[Stored data entries]
────

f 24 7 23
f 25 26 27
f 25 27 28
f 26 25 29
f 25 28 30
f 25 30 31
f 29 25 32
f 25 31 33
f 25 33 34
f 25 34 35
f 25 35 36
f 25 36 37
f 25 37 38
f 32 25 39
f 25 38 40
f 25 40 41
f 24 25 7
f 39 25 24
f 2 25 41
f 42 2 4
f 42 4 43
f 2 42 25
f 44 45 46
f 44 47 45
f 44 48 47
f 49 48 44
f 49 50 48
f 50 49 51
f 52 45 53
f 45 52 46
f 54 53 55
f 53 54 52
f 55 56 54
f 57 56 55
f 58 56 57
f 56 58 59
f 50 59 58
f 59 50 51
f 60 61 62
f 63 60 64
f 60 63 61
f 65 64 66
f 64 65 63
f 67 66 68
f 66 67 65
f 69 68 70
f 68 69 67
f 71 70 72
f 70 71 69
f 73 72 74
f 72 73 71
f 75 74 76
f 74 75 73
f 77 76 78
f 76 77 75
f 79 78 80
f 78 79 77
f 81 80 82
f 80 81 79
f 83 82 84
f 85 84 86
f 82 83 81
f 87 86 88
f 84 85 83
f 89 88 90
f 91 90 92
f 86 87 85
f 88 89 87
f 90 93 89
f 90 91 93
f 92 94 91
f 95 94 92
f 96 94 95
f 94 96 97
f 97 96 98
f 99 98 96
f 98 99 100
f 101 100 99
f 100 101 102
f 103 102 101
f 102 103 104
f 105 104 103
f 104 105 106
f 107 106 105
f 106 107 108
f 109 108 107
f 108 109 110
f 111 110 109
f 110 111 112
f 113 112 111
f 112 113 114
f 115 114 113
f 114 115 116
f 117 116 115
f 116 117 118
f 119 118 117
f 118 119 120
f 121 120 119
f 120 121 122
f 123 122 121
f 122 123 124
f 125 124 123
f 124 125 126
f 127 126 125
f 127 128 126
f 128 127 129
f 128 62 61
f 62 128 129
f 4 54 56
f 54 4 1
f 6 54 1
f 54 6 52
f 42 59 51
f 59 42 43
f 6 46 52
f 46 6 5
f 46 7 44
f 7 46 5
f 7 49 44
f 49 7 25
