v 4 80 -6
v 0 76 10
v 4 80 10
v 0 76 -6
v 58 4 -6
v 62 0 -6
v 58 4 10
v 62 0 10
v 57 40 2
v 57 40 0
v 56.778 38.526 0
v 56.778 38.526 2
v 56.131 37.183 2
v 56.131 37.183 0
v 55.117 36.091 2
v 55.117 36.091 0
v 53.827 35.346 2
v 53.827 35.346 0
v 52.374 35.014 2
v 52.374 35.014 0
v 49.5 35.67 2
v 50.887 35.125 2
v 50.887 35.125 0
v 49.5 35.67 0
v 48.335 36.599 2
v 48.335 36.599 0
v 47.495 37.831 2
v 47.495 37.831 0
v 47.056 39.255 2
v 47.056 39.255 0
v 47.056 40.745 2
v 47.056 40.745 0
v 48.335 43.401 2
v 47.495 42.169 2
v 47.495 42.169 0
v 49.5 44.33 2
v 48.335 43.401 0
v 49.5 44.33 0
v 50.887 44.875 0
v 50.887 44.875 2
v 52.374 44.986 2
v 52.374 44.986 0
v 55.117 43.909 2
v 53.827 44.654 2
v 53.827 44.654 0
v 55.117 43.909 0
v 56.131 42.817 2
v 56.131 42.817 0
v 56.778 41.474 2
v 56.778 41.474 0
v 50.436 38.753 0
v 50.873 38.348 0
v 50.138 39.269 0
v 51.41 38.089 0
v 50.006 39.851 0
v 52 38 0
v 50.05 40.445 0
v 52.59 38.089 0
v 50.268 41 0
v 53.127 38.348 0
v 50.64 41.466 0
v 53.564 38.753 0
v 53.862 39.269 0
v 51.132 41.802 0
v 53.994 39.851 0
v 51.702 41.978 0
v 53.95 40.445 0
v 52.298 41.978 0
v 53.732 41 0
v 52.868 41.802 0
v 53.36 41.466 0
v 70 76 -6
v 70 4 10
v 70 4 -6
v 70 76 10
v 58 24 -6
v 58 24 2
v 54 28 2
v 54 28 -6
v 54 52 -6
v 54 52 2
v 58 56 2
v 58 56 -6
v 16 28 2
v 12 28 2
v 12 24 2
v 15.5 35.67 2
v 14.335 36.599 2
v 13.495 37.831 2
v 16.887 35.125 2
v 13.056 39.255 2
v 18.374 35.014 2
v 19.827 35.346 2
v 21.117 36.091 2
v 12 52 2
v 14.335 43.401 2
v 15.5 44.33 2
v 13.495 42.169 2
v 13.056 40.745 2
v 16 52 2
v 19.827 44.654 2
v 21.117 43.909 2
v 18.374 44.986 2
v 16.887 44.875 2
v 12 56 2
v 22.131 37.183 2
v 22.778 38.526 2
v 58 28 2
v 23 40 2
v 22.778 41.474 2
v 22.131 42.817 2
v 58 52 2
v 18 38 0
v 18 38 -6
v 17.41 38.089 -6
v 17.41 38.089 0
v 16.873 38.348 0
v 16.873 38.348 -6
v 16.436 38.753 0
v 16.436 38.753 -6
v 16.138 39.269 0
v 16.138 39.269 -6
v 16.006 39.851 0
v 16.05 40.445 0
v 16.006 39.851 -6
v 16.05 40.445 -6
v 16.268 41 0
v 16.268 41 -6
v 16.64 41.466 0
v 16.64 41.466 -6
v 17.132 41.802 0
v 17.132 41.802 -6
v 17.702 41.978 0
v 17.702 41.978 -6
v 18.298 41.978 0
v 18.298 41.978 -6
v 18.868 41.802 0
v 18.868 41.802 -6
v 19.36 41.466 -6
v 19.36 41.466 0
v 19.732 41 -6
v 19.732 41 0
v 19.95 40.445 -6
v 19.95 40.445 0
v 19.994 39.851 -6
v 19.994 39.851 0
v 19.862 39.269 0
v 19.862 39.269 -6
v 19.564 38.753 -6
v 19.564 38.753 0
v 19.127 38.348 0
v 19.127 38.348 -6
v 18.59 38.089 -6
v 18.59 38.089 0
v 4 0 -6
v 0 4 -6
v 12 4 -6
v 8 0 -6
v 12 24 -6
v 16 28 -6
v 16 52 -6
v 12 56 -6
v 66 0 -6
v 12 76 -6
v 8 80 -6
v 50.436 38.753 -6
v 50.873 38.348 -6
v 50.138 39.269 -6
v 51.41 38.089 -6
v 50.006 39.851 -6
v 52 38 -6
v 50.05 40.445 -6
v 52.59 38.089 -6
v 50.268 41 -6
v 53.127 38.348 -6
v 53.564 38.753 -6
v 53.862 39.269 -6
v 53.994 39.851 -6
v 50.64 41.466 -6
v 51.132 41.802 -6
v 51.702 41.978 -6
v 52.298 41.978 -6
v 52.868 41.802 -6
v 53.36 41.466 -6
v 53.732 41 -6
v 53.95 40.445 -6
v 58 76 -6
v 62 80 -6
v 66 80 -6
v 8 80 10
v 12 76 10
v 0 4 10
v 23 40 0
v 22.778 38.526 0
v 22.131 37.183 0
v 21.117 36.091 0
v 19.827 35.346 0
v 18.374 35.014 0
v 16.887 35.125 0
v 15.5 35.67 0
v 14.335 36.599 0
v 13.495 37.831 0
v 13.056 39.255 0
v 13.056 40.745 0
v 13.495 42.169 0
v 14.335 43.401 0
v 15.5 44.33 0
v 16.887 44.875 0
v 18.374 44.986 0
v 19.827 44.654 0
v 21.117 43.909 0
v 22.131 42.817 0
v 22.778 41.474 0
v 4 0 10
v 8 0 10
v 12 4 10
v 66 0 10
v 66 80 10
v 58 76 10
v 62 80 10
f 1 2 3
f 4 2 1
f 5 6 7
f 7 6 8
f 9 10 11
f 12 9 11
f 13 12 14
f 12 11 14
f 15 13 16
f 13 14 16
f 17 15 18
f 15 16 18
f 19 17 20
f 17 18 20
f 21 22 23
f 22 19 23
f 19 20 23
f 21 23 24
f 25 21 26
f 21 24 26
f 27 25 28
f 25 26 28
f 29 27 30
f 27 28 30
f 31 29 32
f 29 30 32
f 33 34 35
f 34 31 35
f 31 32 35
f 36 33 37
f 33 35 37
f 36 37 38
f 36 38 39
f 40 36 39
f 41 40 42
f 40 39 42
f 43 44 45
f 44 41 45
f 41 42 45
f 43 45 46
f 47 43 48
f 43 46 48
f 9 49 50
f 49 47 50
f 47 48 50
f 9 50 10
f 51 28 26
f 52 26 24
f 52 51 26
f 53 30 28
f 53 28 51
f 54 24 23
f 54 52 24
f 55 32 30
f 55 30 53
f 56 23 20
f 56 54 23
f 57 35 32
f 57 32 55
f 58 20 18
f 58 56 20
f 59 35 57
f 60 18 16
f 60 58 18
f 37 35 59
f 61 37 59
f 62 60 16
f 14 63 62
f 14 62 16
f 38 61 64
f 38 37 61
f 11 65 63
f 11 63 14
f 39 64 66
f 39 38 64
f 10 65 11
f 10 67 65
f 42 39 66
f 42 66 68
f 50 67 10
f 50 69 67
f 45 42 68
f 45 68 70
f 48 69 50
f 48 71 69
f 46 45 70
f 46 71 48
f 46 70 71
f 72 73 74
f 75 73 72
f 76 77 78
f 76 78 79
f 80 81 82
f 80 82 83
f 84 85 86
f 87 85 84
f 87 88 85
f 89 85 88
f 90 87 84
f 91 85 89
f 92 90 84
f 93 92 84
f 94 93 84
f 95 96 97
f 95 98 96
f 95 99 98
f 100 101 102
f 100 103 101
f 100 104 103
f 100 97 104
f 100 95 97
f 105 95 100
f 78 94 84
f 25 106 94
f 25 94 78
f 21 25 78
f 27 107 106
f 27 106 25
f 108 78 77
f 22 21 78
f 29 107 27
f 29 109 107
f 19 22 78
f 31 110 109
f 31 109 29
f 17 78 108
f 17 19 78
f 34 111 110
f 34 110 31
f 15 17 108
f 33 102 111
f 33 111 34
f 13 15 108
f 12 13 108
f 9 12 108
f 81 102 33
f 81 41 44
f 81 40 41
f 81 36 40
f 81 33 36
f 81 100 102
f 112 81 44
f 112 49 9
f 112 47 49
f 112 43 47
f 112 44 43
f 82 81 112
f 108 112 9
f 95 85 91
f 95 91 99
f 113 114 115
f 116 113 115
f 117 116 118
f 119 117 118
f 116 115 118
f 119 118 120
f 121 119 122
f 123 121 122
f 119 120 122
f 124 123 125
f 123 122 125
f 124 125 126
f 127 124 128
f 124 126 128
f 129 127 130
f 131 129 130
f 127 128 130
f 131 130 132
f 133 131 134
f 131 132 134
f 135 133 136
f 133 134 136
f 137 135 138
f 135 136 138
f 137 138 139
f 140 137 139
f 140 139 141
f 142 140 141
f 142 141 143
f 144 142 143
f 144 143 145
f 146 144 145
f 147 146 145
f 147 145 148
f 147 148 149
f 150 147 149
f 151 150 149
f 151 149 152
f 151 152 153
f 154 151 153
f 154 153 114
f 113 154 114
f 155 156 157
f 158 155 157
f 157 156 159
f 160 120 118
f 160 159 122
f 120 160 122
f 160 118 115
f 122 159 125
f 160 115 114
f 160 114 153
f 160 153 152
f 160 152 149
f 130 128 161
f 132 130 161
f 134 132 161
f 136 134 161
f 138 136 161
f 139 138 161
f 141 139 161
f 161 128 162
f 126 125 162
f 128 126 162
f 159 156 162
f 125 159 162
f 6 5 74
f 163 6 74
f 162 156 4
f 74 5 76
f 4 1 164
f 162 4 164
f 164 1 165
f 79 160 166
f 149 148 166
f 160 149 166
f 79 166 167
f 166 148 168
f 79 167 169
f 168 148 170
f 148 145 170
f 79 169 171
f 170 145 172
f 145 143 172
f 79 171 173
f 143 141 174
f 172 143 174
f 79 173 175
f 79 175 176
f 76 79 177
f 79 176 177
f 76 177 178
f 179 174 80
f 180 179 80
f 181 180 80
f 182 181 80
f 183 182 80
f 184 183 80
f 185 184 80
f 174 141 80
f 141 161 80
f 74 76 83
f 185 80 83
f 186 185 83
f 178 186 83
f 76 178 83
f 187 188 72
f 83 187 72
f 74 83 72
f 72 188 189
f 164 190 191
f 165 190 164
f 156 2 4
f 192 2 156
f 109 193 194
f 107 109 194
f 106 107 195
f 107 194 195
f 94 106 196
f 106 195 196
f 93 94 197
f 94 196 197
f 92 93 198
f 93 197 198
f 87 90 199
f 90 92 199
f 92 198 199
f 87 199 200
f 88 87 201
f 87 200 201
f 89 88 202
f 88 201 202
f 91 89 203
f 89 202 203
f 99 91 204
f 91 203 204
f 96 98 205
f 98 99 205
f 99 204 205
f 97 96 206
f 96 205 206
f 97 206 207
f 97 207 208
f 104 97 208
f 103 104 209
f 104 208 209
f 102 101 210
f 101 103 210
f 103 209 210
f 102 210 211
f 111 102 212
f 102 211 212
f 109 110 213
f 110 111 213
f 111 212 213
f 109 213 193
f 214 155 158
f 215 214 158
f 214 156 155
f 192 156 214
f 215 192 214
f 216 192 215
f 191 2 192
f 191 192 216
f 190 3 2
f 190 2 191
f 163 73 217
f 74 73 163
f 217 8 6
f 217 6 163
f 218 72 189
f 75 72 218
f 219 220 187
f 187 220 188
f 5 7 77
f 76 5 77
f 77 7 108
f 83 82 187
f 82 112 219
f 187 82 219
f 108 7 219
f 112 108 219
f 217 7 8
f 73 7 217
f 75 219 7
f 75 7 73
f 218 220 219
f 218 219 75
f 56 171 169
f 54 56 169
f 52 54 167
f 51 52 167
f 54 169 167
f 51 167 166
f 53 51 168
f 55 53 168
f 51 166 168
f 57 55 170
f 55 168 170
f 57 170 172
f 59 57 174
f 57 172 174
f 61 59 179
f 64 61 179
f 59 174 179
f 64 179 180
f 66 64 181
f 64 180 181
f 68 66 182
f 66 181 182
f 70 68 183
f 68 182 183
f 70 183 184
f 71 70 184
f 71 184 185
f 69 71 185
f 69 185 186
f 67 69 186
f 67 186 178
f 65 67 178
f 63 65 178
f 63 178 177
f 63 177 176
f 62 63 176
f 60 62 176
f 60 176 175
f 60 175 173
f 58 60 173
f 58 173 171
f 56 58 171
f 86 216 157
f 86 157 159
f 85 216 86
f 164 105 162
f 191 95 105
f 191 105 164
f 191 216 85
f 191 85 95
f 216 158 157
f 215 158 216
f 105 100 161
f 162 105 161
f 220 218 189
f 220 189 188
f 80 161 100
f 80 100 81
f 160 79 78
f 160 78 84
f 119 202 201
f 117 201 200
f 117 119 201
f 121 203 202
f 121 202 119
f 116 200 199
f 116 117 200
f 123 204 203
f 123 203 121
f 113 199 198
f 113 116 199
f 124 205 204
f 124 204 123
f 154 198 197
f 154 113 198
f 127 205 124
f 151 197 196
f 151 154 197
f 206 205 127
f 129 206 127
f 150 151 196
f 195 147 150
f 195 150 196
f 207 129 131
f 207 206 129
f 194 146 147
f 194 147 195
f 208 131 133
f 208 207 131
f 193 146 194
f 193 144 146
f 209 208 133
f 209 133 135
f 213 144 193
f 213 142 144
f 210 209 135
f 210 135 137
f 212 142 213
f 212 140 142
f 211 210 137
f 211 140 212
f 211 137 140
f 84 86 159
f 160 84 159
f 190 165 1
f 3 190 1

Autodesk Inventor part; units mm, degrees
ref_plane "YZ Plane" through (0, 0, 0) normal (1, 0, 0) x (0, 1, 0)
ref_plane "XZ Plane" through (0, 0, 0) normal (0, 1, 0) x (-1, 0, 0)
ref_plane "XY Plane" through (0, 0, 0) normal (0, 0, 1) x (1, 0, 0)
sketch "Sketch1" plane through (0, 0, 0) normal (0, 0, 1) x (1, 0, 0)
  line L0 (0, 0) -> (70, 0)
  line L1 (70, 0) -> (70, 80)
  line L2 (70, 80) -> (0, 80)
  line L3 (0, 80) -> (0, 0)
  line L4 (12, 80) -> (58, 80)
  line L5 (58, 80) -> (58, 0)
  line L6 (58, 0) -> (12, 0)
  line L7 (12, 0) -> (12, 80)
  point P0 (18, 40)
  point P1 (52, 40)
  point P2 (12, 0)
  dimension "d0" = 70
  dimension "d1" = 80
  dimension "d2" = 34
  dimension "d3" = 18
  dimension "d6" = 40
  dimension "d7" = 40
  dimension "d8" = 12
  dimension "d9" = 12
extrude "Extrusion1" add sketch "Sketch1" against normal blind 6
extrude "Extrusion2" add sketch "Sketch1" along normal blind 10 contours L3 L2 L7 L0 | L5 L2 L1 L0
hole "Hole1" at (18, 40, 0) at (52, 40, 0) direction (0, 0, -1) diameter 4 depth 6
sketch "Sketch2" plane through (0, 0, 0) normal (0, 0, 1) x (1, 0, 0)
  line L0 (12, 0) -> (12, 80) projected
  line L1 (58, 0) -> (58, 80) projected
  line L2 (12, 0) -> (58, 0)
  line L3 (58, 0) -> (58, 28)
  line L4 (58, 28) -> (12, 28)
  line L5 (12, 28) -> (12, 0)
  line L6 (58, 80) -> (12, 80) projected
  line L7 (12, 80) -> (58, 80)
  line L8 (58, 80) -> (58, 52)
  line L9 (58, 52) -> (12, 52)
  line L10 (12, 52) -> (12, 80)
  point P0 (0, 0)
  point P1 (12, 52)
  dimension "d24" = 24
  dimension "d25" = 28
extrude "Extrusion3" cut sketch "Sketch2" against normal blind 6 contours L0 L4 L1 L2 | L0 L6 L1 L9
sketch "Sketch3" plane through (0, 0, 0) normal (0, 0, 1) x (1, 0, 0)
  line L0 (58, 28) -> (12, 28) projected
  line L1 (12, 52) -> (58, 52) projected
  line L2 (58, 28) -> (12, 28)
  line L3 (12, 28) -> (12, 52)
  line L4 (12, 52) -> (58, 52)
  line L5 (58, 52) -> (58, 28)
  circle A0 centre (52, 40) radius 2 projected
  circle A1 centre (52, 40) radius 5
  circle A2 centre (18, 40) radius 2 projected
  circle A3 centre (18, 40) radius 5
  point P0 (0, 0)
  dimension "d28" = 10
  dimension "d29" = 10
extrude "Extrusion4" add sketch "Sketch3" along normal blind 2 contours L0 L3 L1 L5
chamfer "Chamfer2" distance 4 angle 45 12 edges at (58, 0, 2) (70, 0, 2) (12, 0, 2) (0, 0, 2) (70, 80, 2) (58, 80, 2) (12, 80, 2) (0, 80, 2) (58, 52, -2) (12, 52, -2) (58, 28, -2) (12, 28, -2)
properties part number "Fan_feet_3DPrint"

────

From the entries above, print the lines beginning at the one with "f 104 208 209" and stopping after the one with "f 68 66 182", exactly as written and with nothing else.

[Written answer]
f 104 208 209
f 102 101 210
f 101 103 210
f 103 209 210
f 102 210 211
f 111 102 212
f 102 211 212
f 109 110 213
f 110 111 213
f 111 212 213
f 109 213 193
f 214 155 158
f 215 214 158
f 214 156 155
f 192 156 214
f 215 192 214
f 216 192 215
f 191 2 192
f 191 192 216
f 190 3 2
f 190 2 191
f 163 73 217
f 74 73 163
f 217 8 6
f 217 6 163
f 218 72 189
f 75 72 218
f 219 220 187
f 187 220 188
f 5 7 77
f 76 5 77
f 77 7 108
f 83 82 187
f 82 112 219
f 187 82 219
f 108 7 219
f 112 108 219
f 217 7 8
f 73 7 217
f 75 219 7
f 75 7 73
f 218 220 219
f 218 219 75
f 56 171 169
f 54 56 169
f 52 54 167
f 51 52 167
f 54 169 167
f 51 167 166
f 53 51 168
f 55 53 168
f 51 166 168
f 57 55 170
f 55 168 170
f 57 170 172
f 59 57 174
f 57 172 174
f 61 59 179
f 64 61 179
f 59 174 179
f 64 179 180
f 66 64 181
f 64 180 181
f 68 66 182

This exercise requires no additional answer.